[Saved entries]
---------------

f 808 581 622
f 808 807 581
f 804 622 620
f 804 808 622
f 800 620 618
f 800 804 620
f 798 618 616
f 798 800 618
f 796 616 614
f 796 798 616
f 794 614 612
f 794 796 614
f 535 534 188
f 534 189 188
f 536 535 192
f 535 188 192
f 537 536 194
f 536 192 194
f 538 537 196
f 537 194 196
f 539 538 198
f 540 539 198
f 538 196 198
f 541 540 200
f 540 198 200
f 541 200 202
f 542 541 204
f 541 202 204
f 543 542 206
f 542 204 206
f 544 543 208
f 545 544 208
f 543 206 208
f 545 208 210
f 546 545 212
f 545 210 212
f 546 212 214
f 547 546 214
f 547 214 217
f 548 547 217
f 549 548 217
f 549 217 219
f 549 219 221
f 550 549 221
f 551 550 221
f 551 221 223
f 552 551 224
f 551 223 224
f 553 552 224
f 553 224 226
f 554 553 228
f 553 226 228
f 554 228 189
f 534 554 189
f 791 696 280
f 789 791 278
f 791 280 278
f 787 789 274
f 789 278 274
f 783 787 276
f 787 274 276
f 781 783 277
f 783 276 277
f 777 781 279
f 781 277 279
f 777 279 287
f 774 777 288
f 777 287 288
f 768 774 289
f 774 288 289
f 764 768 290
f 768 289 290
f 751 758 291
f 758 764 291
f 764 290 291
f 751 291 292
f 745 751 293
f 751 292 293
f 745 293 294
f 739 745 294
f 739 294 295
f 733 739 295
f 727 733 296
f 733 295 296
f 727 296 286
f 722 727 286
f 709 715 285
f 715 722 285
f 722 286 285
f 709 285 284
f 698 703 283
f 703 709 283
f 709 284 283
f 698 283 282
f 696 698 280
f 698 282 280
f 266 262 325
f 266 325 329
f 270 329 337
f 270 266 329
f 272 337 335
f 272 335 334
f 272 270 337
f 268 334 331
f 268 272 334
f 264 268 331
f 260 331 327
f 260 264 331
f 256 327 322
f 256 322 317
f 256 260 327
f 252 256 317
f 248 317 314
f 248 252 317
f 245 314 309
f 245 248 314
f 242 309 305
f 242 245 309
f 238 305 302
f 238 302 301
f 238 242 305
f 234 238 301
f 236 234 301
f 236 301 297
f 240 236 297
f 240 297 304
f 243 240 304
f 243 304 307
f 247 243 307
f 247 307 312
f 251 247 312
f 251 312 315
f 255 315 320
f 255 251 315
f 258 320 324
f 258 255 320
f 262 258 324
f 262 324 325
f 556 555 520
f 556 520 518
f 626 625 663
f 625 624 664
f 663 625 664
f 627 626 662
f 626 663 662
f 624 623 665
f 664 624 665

---------------

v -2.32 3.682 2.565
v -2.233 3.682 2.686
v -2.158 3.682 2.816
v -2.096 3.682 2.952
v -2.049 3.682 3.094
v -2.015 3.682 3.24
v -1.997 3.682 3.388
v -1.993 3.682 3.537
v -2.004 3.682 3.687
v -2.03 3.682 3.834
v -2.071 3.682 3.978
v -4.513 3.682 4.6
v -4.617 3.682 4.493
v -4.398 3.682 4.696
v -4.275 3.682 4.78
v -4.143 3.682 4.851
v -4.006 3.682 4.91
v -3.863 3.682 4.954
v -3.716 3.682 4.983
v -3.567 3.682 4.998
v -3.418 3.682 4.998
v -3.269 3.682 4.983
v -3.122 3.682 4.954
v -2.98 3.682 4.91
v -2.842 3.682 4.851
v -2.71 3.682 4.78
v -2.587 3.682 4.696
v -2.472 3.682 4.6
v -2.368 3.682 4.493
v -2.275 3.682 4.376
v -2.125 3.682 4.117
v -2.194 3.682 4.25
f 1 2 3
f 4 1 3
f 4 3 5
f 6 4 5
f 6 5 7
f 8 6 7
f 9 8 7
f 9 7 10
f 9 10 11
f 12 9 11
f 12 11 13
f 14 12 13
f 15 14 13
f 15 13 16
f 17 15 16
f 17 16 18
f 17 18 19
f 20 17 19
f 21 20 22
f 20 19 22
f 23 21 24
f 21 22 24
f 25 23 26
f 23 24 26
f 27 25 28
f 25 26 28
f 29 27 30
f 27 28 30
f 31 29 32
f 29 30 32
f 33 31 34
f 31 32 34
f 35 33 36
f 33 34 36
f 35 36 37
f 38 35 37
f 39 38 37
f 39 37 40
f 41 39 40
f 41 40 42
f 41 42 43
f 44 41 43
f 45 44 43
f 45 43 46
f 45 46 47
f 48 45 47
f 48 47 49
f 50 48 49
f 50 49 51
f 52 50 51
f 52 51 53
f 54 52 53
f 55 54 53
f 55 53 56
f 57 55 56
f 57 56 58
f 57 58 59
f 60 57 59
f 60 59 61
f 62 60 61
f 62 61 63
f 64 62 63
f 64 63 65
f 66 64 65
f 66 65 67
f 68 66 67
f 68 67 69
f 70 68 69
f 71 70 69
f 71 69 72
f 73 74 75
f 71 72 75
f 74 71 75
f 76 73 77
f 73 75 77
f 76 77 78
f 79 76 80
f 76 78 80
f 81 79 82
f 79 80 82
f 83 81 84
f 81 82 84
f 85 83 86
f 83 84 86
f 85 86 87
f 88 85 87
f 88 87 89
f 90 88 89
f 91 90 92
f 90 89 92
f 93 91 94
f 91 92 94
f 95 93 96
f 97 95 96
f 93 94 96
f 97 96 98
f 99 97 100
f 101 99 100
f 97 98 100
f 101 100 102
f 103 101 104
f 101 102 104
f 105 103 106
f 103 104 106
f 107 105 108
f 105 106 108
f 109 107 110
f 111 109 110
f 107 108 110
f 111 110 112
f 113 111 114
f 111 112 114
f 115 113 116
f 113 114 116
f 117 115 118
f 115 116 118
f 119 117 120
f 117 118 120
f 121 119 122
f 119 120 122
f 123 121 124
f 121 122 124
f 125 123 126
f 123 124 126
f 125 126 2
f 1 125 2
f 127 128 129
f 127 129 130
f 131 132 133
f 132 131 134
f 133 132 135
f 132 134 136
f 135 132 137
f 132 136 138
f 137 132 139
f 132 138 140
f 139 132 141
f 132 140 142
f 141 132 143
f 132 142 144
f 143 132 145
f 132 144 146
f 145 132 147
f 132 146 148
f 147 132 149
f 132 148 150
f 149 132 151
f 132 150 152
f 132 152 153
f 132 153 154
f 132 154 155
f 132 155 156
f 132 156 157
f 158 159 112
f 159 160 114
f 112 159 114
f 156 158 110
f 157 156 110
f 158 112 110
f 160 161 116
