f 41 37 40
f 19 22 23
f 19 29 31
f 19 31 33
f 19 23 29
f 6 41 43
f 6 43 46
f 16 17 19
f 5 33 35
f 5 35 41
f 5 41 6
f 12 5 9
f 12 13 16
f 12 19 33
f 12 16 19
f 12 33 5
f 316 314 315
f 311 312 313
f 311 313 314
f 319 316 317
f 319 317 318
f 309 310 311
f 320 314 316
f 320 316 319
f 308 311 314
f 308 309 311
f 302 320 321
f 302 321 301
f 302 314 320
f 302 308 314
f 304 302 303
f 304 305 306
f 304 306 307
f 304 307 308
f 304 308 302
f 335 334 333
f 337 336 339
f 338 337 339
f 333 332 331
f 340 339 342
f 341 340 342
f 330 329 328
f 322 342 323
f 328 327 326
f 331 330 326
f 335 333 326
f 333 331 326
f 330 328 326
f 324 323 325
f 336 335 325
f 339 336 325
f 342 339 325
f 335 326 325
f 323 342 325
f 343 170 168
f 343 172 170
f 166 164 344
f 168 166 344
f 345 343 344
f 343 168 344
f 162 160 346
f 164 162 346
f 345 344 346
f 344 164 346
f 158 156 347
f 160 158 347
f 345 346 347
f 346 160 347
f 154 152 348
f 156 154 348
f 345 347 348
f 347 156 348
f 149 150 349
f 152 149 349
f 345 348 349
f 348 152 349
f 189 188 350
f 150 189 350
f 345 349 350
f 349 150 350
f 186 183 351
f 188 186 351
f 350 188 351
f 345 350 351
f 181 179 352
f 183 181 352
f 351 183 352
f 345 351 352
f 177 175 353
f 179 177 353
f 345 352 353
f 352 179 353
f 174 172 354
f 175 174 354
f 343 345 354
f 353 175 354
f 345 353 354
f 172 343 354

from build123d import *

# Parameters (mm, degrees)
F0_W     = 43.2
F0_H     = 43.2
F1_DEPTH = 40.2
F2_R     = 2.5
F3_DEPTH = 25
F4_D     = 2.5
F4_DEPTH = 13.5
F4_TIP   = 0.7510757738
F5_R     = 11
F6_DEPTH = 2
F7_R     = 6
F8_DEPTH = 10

---------------

When you reach the line containing "f 304 302 303" in the data above, start copying exactly, and stop after the line containing "f 343 170 168".

f 304 302 303
f 304 305 306
f 304 306 307
f 304 307 308
f 304 308 302
f 335 334 333
f 337 336 339
f 338 337 339
f 333 332 331
f 340 339 342
f 341 340 342
f 330 329 328
f 322 342 323
f 328 327 326
f 331 330 326
f 335 333 326
f 333 331 326
f 330 328 326
f 324 323 325
f 336 335 325
f 339 336 325
f 342 339 325
f 335 326 325
f 323 342 325
f 343 170 168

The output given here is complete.